A neutral’s job is to drive the dialogue and ask the probing questions that will ultimately lead to a solution. In turn, the quality of the dialogue, and the effectiveness of the questions, largely depend on the depth of the neutral’s understanding of the underlying area of law and technology. While a superficial comprehension of blockchain technology is better than no
understanding, learning only the basics is not enough to provide the parties with the expert-level solution they are seeking. It is important to remember that parties appearing before a neutral expect the neutral to be an expert who has the same, if not a more advanced and in-depth, understanding of the issues as the parties themselves. For the sake of the neutral’s reputation and the reputation of ADR at large, it is imperative that parties remain confident in the process. For parties appearing on behalf of a dispute involving blockchain technology, this confidence will surely be tested. It can either be bolstered by a showing of the neutral’s expertise, or it can be shattered by a lack thereof. In the context of blockchain technology disputes, it is nearly impossible for a neutral to drive towards an efficient agreement without a mastered knowledge of the underlying technologies, from a legal, technical, and business perspective.
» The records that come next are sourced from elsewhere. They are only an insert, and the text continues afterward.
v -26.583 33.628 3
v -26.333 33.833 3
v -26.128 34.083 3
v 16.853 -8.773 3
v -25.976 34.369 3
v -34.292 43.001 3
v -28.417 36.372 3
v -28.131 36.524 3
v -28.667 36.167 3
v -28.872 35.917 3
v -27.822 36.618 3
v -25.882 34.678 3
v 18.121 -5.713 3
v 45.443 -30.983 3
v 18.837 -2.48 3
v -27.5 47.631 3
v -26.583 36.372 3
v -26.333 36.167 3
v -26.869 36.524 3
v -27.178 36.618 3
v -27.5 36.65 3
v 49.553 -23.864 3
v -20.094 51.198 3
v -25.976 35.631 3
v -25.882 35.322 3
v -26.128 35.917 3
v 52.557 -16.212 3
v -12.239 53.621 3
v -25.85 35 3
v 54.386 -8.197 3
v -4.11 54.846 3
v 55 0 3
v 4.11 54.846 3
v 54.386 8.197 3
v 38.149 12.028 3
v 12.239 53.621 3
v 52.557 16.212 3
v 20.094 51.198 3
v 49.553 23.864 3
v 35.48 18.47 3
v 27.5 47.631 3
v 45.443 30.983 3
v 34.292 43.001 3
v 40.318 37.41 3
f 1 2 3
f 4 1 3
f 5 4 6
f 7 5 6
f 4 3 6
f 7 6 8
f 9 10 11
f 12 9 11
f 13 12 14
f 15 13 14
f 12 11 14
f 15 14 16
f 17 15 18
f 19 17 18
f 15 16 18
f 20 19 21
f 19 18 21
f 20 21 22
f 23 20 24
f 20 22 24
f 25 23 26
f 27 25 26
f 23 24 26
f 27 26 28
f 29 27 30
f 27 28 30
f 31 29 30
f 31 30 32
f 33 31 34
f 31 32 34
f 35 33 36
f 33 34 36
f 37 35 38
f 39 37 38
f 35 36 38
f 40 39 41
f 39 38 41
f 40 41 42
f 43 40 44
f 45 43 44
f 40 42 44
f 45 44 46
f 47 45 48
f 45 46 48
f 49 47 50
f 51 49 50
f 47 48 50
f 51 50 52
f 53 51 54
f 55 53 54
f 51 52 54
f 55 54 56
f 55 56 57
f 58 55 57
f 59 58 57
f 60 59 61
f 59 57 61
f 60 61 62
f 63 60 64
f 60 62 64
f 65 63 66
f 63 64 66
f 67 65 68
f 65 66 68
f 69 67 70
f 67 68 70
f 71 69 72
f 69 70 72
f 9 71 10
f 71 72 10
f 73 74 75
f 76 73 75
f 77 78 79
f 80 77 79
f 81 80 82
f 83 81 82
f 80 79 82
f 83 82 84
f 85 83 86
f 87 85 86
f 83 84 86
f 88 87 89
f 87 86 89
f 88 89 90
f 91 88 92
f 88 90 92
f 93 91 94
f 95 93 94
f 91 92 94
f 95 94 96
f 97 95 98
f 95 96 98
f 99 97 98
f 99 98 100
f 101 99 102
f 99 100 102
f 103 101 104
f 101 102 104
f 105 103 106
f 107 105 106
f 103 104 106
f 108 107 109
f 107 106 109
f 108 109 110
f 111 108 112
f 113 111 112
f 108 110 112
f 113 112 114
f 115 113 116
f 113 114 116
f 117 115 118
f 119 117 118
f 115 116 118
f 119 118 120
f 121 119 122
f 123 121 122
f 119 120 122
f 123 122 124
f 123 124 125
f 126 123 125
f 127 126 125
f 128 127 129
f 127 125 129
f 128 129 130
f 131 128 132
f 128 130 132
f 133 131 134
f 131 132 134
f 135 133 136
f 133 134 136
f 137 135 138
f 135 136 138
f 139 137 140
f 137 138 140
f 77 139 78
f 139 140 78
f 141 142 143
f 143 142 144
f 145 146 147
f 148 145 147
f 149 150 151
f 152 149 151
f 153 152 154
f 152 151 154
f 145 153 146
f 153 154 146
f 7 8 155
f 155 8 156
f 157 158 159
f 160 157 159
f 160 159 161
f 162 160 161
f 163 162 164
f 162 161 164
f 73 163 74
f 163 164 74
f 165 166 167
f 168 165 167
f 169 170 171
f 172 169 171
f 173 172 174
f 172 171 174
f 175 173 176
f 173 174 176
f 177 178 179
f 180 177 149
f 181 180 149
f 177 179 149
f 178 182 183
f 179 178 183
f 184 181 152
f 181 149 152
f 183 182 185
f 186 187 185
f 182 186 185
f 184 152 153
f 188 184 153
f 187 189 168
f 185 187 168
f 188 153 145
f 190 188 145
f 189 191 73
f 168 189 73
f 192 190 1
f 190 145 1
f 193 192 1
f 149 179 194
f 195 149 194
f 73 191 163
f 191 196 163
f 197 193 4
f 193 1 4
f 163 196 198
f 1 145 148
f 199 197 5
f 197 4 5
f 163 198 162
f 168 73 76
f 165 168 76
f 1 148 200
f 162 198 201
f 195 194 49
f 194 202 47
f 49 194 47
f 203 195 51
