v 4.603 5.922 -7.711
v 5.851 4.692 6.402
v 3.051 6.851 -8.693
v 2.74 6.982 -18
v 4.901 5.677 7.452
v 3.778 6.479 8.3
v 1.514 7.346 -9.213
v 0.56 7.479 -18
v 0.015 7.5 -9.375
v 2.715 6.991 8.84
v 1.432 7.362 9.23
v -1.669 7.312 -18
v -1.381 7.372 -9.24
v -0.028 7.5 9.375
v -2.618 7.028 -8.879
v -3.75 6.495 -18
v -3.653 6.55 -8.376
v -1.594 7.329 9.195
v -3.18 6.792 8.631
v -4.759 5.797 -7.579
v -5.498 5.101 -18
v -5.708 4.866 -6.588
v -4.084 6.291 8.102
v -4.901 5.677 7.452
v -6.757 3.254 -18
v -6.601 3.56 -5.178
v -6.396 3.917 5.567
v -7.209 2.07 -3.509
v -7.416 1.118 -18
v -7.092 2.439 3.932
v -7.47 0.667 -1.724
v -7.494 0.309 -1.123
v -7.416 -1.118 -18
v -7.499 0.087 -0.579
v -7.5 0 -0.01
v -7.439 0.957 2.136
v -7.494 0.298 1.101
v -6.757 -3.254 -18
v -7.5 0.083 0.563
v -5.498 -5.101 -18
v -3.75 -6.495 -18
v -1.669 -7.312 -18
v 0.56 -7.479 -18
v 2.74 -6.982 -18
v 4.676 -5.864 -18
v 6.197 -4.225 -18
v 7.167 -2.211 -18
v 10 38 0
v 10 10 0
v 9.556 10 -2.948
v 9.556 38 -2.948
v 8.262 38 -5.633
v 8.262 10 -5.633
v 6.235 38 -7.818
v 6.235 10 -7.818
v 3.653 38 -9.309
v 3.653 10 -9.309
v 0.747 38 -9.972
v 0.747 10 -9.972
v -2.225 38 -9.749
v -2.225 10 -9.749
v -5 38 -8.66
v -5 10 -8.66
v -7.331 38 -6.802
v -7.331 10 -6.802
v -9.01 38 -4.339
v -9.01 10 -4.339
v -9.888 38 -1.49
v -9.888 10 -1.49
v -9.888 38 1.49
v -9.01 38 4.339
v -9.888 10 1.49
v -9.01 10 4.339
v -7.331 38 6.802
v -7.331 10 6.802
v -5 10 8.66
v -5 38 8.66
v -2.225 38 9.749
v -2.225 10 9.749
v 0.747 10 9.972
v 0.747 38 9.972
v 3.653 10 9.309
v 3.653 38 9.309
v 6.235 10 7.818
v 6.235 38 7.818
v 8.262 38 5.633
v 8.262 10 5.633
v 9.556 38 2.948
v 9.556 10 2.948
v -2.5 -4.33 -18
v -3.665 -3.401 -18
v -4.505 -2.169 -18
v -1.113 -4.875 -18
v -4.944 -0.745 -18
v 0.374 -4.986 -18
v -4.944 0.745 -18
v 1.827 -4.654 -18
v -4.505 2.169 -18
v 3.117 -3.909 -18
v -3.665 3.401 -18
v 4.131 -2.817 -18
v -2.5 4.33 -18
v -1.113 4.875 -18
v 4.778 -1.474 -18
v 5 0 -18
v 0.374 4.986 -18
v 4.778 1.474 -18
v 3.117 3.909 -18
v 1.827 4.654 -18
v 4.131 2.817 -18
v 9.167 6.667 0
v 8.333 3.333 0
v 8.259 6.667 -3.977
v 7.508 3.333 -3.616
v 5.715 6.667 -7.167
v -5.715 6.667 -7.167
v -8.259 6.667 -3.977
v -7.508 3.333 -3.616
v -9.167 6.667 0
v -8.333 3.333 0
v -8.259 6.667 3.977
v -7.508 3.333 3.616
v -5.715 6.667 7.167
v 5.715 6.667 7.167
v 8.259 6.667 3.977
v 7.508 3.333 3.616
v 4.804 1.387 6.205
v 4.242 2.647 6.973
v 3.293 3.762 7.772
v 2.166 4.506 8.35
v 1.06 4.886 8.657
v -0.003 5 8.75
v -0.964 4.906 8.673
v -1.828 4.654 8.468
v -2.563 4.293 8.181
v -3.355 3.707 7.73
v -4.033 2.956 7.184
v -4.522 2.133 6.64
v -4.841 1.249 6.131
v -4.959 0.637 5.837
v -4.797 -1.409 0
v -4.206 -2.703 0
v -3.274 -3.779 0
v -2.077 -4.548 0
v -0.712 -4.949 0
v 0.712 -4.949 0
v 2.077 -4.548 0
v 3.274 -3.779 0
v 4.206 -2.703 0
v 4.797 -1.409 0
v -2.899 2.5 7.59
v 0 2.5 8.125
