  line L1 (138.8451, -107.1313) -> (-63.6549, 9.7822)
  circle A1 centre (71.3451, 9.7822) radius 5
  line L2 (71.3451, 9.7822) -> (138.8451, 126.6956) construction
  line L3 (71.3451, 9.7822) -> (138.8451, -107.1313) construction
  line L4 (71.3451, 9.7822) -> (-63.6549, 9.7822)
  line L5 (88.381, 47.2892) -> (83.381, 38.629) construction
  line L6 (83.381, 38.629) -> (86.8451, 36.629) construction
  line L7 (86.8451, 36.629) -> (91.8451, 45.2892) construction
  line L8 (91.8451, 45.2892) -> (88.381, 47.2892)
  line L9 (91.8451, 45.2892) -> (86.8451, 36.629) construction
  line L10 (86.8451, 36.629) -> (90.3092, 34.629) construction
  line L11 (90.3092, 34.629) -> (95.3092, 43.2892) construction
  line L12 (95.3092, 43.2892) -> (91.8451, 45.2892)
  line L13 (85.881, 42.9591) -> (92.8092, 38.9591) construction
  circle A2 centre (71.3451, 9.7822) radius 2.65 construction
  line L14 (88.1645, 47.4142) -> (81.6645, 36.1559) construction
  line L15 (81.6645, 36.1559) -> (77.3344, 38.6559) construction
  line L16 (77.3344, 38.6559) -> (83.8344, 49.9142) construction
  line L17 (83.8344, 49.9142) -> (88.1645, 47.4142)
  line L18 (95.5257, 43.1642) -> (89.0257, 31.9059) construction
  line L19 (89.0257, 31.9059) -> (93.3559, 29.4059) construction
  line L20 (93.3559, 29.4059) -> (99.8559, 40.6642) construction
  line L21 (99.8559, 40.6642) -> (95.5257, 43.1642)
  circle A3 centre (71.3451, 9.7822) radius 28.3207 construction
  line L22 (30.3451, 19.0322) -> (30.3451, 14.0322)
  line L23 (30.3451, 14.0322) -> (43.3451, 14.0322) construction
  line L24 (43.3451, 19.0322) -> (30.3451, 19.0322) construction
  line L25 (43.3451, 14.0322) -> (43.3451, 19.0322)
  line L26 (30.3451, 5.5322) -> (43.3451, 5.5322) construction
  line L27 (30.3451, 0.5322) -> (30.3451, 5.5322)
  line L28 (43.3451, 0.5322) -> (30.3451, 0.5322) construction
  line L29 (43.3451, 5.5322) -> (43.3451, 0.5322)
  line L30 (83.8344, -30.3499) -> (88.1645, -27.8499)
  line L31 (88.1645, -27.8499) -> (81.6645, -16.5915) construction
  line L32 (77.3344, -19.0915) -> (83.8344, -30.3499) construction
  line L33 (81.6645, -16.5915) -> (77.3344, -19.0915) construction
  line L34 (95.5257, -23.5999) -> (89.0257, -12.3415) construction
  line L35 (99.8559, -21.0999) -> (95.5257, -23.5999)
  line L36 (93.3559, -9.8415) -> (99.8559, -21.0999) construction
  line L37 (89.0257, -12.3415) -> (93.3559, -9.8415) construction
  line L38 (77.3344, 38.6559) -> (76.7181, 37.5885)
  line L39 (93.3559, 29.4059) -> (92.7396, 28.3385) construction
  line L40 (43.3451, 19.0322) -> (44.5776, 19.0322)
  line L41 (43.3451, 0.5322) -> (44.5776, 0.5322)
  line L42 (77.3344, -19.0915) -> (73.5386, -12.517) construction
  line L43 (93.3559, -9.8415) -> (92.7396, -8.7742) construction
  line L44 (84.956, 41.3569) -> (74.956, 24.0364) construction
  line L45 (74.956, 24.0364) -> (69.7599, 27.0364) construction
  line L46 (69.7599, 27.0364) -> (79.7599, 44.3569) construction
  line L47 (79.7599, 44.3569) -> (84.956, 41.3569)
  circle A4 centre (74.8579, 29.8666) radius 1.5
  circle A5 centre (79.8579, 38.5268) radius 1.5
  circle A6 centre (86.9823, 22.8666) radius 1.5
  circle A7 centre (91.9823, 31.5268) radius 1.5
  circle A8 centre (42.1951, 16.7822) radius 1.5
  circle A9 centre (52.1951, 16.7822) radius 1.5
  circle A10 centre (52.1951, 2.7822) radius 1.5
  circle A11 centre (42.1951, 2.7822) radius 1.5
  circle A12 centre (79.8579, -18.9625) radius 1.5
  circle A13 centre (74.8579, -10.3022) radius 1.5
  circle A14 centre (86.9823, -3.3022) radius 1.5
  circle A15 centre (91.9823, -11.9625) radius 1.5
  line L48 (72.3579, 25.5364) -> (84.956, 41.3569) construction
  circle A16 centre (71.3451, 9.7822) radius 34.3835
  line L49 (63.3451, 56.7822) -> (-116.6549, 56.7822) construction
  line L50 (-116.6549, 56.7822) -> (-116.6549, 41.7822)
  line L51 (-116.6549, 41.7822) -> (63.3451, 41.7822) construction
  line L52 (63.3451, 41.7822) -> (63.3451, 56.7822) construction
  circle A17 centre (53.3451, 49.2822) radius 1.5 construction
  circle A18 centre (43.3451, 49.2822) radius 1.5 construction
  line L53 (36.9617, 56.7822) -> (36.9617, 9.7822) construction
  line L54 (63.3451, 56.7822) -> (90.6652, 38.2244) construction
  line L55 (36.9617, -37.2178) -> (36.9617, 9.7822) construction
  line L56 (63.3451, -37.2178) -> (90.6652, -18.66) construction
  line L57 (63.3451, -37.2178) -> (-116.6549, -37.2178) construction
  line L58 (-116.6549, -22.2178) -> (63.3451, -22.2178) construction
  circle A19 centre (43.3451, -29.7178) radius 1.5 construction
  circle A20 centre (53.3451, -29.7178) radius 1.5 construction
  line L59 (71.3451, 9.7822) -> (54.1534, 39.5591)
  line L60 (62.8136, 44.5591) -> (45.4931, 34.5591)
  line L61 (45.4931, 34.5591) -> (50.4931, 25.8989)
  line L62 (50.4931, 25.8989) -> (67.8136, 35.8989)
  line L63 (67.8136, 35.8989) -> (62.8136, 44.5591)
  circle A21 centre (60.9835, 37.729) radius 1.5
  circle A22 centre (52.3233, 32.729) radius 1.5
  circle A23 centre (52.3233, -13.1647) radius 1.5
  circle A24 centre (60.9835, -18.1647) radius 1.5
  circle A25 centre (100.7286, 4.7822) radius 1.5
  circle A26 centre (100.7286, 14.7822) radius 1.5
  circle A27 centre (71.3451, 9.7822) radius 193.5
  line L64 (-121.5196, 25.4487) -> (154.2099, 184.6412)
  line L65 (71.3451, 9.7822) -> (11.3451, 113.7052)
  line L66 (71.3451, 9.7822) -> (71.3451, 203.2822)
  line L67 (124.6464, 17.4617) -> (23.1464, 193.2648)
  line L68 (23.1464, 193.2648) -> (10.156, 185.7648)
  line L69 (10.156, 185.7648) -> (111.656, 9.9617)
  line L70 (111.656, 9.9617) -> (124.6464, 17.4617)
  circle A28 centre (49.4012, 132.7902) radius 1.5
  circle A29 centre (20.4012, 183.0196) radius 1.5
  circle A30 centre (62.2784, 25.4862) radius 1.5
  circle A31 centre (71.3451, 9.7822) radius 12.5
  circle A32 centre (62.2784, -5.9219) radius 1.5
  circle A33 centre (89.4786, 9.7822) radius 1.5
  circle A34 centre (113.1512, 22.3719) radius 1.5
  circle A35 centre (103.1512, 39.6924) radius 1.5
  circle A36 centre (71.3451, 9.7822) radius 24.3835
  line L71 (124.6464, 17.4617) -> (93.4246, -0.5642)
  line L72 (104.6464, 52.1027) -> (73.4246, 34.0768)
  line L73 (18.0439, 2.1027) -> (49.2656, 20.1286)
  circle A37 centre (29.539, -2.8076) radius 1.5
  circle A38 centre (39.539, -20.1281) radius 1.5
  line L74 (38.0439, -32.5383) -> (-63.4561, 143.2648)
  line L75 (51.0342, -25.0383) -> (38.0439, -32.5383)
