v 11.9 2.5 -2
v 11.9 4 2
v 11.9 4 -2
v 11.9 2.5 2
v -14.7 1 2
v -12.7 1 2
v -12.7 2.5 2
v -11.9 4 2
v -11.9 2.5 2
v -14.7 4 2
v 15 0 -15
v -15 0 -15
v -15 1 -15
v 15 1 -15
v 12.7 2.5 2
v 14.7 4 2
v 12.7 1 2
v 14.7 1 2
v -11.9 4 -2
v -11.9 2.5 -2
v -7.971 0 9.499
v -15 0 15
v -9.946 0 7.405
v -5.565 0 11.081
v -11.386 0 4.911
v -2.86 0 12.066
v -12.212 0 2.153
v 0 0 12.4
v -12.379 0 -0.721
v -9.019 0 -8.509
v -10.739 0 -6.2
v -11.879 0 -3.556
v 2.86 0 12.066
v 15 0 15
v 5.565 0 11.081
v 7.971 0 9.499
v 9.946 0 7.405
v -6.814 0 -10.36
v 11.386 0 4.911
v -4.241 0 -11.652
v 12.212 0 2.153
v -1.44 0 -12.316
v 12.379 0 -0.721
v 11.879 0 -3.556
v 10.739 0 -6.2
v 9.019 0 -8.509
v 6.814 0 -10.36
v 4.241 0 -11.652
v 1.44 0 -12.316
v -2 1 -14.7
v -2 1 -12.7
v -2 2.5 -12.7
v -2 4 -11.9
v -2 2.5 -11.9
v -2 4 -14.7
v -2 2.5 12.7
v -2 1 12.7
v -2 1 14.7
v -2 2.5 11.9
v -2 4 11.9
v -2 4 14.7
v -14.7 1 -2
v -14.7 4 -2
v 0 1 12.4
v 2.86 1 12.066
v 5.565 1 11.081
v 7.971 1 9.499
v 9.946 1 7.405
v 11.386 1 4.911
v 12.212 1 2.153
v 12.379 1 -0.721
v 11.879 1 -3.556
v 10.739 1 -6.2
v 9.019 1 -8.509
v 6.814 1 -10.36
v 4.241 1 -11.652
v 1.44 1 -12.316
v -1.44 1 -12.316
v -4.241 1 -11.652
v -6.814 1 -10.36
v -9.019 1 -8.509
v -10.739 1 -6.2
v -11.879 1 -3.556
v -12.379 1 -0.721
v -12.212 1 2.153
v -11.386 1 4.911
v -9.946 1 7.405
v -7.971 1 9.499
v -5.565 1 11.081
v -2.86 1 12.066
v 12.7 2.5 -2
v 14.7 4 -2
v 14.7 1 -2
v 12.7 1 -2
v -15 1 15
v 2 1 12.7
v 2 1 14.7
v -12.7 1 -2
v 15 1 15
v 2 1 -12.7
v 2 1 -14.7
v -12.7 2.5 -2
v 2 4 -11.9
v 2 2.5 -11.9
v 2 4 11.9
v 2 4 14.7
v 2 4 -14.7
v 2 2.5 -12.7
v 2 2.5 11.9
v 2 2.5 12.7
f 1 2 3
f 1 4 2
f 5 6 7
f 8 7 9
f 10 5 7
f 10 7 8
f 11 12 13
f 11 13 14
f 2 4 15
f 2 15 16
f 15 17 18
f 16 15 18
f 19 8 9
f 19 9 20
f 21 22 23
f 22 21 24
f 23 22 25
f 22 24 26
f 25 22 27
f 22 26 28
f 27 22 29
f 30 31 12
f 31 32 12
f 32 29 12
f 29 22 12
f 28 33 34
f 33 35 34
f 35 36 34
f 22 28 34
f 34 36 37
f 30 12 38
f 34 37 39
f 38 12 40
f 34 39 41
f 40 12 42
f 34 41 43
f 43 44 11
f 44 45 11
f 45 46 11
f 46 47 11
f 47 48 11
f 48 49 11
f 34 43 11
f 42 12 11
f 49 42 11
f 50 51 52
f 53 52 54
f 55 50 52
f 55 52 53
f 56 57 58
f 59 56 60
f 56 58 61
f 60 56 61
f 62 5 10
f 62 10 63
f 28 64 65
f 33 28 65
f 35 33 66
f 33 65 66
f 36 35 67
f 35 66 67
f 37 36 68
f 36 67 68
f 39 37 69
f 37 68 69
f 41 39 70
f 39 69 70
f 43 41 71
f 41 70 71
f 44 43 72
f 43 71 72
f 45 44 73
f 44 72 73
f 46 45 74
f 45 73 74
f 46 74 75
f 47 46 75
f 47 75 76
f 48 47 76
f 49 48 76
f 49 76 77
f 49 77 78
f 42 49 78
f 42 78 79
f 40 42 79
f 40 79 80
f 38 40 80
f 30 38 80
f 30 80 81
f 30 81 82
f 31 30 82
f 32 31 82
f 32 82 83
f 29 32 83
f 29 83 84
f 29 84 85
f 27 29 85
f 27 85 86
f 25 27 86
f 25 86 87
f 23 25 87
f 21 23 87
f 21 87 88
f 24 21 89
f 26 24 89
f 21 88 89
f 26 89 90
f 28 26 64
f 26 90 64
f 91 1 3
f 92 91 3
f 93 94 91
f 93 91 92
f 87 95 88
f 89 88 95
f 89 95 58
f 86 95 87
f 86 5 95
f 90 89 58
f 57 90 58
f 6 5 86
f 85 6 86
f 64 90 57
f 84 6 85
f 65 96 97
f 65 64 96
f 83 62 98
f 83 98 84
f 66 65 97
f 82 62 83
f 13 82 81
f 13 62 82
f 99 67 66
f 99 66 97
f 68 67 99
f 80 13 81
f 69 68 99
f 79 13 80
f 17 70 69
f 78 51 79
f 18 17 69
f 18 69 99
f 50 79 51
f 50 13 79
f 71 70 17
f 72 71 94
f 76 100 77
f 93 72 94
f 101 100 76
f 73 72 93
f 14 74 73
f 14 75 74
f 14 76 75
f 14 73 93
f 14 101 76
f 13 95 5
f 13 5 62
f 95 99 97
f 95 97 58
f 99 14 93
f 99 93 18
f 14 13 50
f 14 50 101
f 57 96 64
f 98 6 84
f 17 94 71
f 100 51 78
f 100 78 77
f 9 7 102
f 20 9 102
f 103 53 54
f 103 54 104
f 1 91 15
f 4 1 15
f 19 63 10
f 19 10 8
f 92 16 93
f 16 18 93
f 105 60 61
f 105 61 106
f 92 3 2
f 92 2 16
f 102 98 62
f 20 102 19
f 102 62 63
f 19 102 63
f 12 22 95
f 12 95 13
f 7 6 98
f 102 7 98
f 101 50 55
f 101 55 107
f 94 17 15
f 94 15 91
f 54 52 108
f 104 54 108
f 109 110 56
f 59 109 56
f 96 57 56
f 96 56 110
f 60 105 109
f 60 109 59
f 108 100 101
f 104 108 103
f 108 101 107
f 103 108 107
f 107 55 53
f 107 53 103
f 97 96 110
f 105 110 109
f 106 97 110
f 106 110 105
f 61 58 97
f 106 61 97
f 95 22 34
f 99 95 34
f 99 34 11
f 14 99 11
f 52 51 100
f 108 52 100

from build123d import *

# Parameters (mm, degrees)
SKETCH1_W           = 30
SKETCH1_H           = 30
BOSS_EXTRUDE1_DEPTH = 1
SKETCH2_R           = 12.4
CUT_EXTRUDE1_DEPTH  = 22.236760582
SKETCH4_W           = 2
SKETCH4_H           = 4
SKETCH4_W_2         = 4
SKETCH4_H_2         = 2
BOSS_EXTRUDE2_DEPTH = 2
SKETCH5_W           = 4
SKETCH5_H           = 0.5
BOSS_EXTRUDE3_DEPTH = 0.8
SKETCH6_W           = 4
SKETCH6_H           = 0.5
BOSS_EXTRUDE4_DEPTH = 0.8
SKETCH7_W           = 4
SKETCH7_H           = 0.5
BOSS_EXTRUDE5_DEPTH = 0.8
SKETCH8_W           = 4
SKETCH8_H           = 0.5
BOSS_EXTRUDE6_DEPTH = 0.8
SKETCH9_W           = 2.8
SKETCH9_H           = 4
SKETCH9_W_2         = 4
SKETCH9_H_2         = 2.8
BOSS_EXTRUDE7_DEPTH = 1


with BuildPart() as part:
    # Sketch1 → Boss-Extrude1 (new body)
    with BuildSketch(Plane(origin=(0, 0, 0), x_dir=(1, 0, 0), z_dir=(0, 1, 0))):
        Rectangle(SKETCH1_W, SKETCH1_H)
    extrude(amount=BOSS_EXTRUDE1_DEPTH)

    # Sketch2 → Cut-Extrude1 (cut, through all)
    with BuildSketch(Plane(origin=(0, 1, 0), x_dir=(1, 0, 0), z_dir=(0, 1, 0))):
        with Locations(Location((0, 0, 0), (0, 0, 270))):
            Circle(SKETCH2_R)
    extrude(amount=-CUT_EXTRUDE1_DEPTH, mode=Mode.SUBTRACT)

    # Sketch4 → Boss-Extrude2 (add)
    with BuildSketch(Plane(origin=(0, 1, 0), x_dir=(1, 0, 0), z_dir=(0, 1, 0))):
        with Locations((13.7, 0)):
            Rectangle(SKETCH4_W, SKETCH4_H)
        with Locations((-13.7, 0)):
            Rectangle(SKETCH4_W, SKETCH4_H)
        with Locations((0, 13.7)):
            Rectangle(SKETCH4_W_2, SKETCH4_H_2)
        with Locations((0, -13.7)):
            Rectangle(SKETCH4_W_2, SKETCH4_H_2)
    extrude(amount=BOSS_EXTRUDE2_DEPTH)

    # Sketch5 → Boss-Extrude3 (add)
    with BuildSketch(Plane.ZY.offset(-12.7)):
        with Locations((0, 2.75)):
            Rectangle(SKETCH5_W, SKETCH5_H)
    extrude(amount=BOSS_EXTRUDE3_DEPTH)

    # Sketch6 → Boss-Extrude4 (add)
    with BuildSketch(Plane(origin=(0, 0, 12.7), x_dir=(-1, 0, 0), z_dir=(0, 0, -1))):
        with Locations((0, 2.75)):
            Rectangle(SKETCH6_W, SKETCH6_H)
    extrude(amount=BOSS_EXTRUDE4_DEPTH)

    # Sketch7 → Boss-Extrude5 (add)
    with BuildSketch(Plane(origin=(-12.7, 0, 0), x_dir=(0, 0, -1), z_dir=(1, 0, 0))):
        with Locations((0, 2.75)):
            Rectangle(SKETCH7_W, SKETCH7_H)
    extrude(amount=BOSS_EXTRUDE5_DEPTH)

    # Sketch8 → Boss-Extrude6 (add)
    with BuildSketch(Plane.XY.offset(-12.7)):
        with Locations((0, 2.75)):
            Rectangle(SKETCH8_W, SKETCH8_H)
    extrude(amount=BOSS_EXTRUDE6_DEPTH)

    # Sketch9 → Boss-Extrude7 (add)
    with BuildSketch(Plane(origin=(0, 3, 0), x_dir=(1, 0, 0), z_dir=(0, 1, 0))):
        with Locations((13.3, 0)):
            Rectangle(SKETCH9_W, SKETCH9_H)
        with Locations((-13.3, 0)):
            Rectangle(SKETCH9_W, SKETCH9_H)
        with Locations((0, -13.3)):
            Rectangle(SKETCH9_W_2, SKETCH9_H_2)
        with Locations((0, 13.3)):
            Rectangle(SKETCH9_W_2, SKETCH9_H_2)
    extrude(amount=BOSS_EXTRUDE7_DEPTH)


solid = part.part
While the technological perspective is perhaps the most daunting, neutrals should fully embrace the challenge, and approach learning software coding as one would approach learning a foreign language. After all, coding is another language. Learning to read, write, and interpret code, like learning to read, write, and interpret another language entails more than merely memorizing terms or nouns. While excellent in setting a foundation for learning, it is naïve to think a few hours of CLE sessions or webinars will provide the requisite level of expertise for handling blockchain technology disputes. Individuals spend months at a minimum, and a lifetime at a maximum, learning a second language. Attorneys spend three years in law school, and the rest of their careers, perfecting their craft. Neutrals should find a happy medium between the two – learning and perfecting a fundamental understanding of blockchain technologies – in order to successfully resolve the inevitable disputes that
will arise from them.
Blockchain technology soon will become the new normal in consumer and business transactions. The law, and those who help facilitate its interpretation and application, must be ready to adapt if ADR is to continue to provide timely and efficient solutions to legal disputes.